Il Movi­mento 5 Stelle ha invece votato anche con­tro il rin­vio e sostiene che Padoan abbia perso l’occasione di chie­dere una deroga a tutti gli accordi euro­pei sull’austerità. Il mini­stro ha detto ieri in aula che il rien­tro del debito pub­blico al 60% sarà giù avviato nel 2015 anche se la cre­scita è allo 0,8% (in realtà è già allo 0,6%) e non certo al 3% come auspi­cato dal gover­na­tore di Ban­ki­ta­lia Visco. Le gana­sce del Fiscal com­pact scat­te­ranno nel 2016 e il governo dovrà tagliare 50 miliardi all’anno fino al 2036. Lo stesso Def ha smen­tito un altro degli effetti della cre­scita: il calo della disoc­cu­pa­zione. Resterà al 12% anche nel 2016.

Oggi il con­si­glio dei mini­stri appro­verà dun­que un decreto incon­si­stente e ispi­rato alla filo­so­fia dell’austerità espan­siva: i soldi per finan­ziare il taglio delle tasse li pre­le­verà dagli sti­pendi dei dipen­denti pub­blici. Oltre a 1,1 miliardi di tagli alla difesa, ci sono i 2,4 miliardi alla sanità in due anni.
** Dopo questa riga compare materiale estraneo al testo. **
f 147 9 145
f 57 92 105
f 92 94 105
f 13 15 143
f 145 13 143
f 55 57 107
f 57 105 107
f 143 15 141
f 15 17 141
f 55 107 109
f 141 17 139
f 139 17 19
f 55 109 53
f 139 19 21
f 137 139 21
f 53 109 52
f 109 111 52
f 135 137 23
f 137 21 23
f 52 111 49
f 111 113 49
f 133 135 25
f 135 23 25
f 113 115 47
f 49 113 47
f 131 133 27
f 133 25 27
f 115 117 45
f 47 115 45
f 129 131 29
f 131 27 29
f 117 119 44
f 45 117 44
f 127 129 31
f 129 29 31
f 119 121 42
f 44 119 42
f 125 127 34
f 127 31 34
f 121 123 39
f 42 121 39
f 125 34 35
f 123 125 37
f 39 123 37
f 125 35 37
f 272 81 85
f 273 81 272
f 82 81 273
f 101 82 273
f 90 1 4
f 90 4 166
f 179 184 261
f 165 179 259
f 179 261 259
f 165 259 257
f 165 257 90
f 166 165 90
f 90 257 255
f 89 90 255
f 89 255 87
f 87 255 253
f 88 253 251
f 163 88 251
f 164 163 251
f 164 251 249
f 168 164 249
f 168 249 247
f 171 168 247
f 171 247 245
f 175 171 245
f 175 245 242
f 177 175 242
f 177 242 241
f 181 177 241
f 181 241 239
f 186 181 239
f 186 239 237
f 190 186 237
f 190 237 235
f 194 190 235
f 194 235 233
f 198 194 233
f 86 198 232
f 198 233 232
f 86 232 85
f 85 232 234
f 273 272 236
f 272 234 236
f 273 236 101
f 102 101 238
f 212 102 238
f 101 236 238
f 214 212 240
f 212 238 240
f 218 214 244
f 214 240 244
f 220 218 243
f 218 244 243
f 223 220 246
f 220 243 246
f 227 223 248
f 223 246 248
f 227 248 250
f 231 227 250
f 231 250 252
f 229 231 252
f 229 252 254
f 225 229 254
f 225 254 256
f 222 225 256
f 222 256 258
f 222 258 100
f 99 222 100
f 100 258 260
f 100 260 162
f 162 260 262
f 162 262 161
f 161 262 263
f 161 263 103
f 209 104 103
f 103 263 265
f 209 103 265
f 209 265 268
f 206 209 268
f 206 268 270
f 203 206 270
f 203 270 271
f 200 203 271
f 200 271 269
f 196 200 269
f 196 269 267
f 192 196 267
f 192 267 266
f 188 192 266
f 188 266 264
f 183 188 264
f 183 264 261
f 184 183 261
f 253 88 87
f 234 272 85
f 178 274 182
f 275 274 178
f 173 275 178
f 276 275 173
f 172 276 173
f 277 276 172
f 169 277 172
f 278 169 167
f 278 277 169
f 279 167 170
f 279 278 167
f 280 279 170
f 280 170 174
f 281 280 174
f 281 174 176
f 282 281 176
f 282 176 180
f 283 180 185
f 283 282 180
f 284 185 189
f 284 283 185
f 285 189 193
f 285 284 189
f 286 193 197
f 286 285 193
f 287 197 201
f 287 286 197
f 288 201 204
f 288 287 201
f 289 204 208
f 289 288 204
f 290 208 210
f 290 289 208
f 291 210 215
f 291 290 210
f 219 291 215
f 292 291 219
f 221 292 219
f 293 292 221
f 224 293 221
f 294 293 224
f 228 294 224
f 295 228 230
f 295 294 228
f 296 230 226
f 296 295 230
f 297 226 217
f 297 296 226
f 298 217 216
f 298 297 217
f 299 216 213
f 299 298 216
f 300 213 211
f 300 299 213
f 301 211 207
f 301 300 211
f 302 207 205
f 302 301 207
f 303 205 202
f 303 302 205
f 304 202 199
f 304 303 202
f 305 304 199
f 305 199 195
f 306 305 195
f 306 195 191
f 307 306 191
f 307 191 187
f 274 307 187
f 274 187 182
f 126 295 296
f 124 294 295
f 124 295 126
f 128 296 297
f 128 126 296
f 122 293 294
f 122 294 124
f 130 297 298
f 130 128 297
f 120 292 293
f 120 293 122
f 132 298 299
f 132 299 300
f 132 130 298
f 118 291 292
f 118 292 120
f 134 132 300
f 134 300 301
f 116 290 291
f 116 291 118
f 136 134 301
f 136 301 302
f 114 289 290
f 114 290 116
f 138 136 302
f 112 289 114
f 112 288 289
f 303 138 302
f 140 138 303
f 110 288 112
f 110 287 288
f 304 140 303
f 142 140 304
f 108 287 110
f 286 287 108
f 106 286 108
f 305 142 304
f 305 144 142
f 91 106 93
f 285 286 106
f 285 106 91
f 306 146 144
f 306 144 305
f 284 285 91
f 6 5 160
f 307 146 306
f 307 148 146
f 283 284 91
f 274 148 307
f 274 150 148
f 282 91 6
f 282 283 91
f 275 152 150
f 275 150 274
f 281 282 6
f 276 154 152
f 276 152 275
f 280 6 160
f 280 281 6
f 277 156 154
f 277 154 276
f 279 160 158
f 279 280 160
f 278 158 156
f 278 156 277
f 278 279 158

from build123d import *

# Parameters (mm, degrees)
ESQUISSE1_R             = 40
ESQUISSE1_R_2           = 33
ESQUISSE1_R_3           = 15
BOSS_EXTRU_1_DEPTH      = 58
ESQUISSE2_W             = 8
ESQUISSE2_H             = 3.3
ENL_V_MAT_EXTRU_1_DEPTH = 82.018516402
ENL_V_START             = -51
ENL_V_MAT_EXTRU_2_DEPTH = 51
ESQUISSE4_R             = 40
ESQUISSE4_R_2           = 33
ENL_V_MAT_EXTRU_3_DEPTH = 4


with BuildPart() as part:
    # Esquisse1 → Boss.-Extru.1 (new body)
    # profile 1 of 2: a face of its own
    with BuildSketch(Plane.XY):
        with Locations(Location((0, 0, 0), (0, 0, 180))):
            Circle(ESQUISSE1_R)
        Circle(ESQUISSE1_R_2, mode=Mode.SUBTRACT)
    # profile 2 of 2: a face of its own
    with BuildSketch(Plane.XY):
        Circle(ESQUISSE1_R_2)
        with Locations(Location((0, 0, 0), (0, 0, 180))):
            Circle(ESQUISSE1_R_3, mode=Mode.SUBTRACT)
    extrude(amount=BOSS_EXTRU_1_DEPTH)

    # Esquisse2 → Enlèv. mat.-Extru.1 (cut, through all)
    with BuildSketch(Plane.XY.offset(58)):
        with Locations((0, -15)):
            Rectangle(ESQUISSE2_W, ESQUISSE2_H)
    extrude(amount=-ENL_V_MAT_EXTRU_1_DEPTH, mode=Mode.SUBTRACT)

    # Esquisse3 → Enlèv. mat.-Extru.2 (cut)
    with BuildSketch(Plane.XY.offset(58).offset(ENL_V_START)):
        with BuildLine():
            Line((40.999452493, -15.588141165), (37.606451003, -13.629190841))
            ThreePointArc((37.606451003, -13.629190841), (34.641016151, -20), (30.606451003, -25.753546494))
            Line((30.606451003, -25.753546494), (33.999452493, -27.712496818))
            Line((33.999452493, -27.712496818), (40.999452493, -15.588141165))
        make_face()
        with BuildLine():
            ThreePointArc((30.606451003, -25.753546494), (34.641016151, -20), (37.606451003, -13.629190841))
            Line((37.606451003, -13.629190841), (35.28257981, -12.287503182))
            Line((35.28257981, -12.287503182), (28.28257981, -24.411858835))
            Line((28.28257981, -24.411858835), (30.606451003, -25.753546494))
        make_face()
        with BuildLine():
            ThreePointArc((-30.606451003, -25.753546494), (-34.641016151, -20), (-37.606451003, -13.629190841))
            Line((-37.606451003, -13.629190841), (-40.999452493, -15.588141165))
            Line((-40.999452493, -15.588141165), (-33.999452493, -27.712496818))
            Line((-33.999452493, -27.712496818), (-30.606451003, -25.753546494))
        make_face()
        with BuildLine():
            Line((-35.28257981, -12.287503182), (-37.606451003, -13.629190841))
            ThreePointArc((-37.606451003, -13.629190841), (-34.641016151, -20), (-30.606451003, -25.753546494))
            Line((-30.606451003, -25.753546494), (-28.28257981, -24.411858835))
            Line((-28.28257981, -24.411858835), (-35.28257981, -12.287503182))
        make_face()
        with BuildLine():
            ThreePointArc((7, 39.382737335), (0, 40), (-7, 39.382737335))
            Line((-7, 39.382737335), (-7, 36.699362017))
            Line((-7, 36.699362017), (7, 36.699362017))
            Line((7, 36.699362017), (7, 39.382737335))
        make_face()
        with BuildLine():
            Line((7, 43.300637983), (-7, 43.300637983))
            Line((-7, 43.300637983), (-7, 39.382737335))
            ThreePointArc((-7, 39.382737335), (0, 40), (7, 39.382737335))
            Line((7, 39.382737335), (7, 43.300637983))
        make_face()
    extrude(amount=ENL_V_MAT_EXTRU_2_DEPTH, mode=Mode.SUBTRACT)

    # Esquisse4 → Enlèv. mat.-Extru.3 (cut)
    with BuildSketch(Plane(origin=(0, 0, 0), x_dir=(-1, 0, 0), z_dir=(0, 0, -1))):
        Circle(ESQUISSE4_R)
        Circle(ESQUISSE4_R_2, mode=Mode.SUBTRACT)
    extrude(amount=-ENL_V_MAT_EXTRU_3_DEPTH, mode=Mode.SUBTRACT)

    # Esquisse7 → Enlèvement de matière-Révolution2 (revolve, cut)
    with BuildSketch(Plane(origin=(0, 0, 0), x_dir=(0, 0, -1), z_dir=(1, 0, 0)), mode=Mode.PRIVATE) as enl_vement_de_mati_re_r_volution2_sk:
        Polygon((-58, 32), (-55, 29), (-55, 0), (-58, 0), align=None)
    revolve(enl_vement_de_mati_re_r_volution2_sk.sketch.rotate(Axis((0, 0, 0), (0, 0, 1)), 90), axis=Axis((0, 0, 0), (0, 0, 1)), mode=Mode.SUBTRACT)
Molta atten­zione è stata pre­stata al taglio degli sti­pendi dei mana­ger, merito della potenza di fuoco della bolla media­tica creata da Renzi, molto meno sugli altri tagli che ali­men­te­ranno la depres­sione eco­no­mica dovuta al crollo della domanda e ad una cre­scita che non pro­duce occu­pa­zione. Il Def ren­ziano pre­vede nuovi tagli a scuola e sanità per un calo com­ples­sivo di fondi dello 0,5% nei pros­simi 15 anni. Il rispetto dei vin­coli di bilan­cio sarà tra l’altro otte­nuto anche gra­zie al blocco dei con­tratti per il pub­blico impiego fino al 2017, men­tre si pro­fila un suo pro­lun­ga­mento fino al 2020. Con i tagli tra il 2006 e il 2012 il per­so­nale della scuola ha perso uno sti­pen­dio annuo da 30 mila euro.
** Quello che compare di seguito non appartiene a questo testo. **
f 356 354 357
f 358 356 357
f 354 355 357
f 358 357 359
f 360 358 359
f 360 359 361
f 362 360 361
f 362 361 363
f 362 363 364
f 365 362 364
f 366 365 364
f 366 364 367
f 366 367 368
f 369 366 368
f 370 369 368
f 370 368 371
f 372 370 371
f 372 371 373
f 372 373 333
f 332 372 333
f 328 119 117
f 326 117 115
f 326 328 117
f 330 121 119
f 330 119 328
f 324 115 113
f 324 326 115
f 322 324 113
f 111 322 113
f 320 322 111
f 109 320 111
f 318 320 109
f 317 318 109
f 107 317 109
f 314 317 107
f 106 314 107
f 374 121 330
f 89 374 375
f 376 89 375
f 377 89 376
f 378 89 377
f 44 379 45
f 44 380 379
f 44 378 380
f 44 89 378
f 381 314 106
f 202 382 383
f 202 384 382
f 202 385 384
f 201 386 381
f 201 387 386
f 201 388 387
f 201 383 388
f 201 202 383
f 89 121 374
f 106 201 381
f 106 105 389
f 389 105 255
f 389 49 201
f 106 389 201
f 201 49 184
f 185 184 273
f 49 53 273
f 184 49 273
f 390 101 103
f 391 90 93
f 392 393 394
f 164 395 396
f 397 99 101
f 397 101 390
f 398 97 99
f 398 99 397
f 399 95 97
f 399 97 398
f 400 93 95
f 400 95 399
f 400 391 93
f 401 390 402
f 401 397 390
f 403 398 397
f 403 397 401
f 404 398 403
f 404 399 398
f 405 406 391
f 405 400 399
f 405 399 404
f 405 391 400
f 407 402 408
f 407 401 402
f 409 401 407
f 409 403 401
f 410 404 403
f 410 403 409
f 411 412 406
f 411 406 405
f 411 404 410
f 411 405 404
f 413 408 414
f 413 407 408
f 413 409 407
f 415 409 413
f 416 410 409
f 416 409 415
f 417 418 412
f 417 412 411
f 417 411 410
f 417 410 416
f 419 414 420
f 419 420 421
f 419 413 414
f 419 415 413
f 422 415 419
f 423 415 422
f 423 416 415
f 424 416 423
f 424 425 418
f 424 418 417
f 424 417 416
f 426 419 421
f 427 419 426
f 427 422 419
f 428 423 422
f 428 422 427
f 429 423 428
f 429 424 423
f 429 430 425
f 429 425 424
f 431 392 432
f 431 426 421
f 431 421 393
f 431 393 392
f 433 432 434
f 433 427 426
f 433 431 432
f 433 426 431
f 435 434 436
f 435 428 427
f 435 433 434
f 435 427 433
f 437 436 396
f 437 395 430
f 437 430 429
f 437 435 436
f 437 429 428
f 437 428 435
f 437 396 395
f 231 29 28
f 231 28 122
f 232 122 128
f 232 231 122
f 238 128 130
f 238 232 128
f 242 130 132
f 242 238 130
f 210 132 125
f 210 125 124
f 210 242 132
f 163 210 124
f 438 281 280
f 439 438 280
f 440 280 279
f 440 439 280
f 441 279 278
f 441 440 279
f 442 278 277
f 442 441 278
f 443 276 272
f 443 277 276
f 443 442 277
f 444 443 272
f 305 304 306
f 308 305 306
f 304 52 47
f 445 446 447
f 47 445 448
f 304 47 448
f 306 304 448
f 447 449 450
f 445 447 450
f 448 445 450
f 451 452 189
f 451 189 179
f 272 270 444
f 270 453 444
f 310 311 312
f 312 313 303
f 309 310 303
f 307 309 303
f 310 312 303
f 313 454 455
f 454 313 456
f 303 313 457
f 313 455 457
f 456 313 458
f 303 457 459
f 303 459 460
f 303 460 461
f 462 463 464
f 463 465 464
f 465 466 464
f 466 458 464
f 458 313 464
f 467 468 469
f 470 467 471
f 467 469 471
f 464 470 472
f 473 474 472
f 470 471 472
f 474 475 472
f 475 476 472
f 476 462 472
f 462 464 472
Il para­dosso che que­ste per­sone che dovreb­bero rice­vere il bonus pre-elettorale da 80 euro ne lasce­ranno molti di più allo Stato per il man­cato aumento dello sti­pen­dio. Que­sto è l’unico ele­mento certo in una mano­vra dalle coper­ture tra­bal­lanti, come hanno notato Ban­ki­ta­lia e la Corte dei Conti. I 7 miliardi di euro dalla spen­ding review non sono affatto certi.

Senza con­tare che i pre­sunti bene­fici in busta paga ver­ranno can­cel­lati dall’aumento della Tasi, oltre che dall’impostazione regres­siva della loro distri­bu­zione sulla pla­tea di 10 milioni di per­sone: il 40% dei bene­fici andranno per 2/5 ai red­diti alti, solo il 12% a un 1/5 dei red­diti bassi, un’impostazione regres­siva. Al momento, restano esclusi i pen­sio­nati, i pre­cari e il lavoro auto­nomo che Renzi ha can­cel­lato, ma non gli inca­pienti (solo 40 euro al mese). Gli alfa­niani hanno pro­messo di sal­va­guar­dare gli auto­nomi, la sini­stra Pd e i sin­da­cati insi­stono per pen­sio­nati e inca­pienti. Nes­suno sem­bra pre­oc­cu­parsi dei fan­ta­smi pre­cari che una busta paga non ce l’hanno.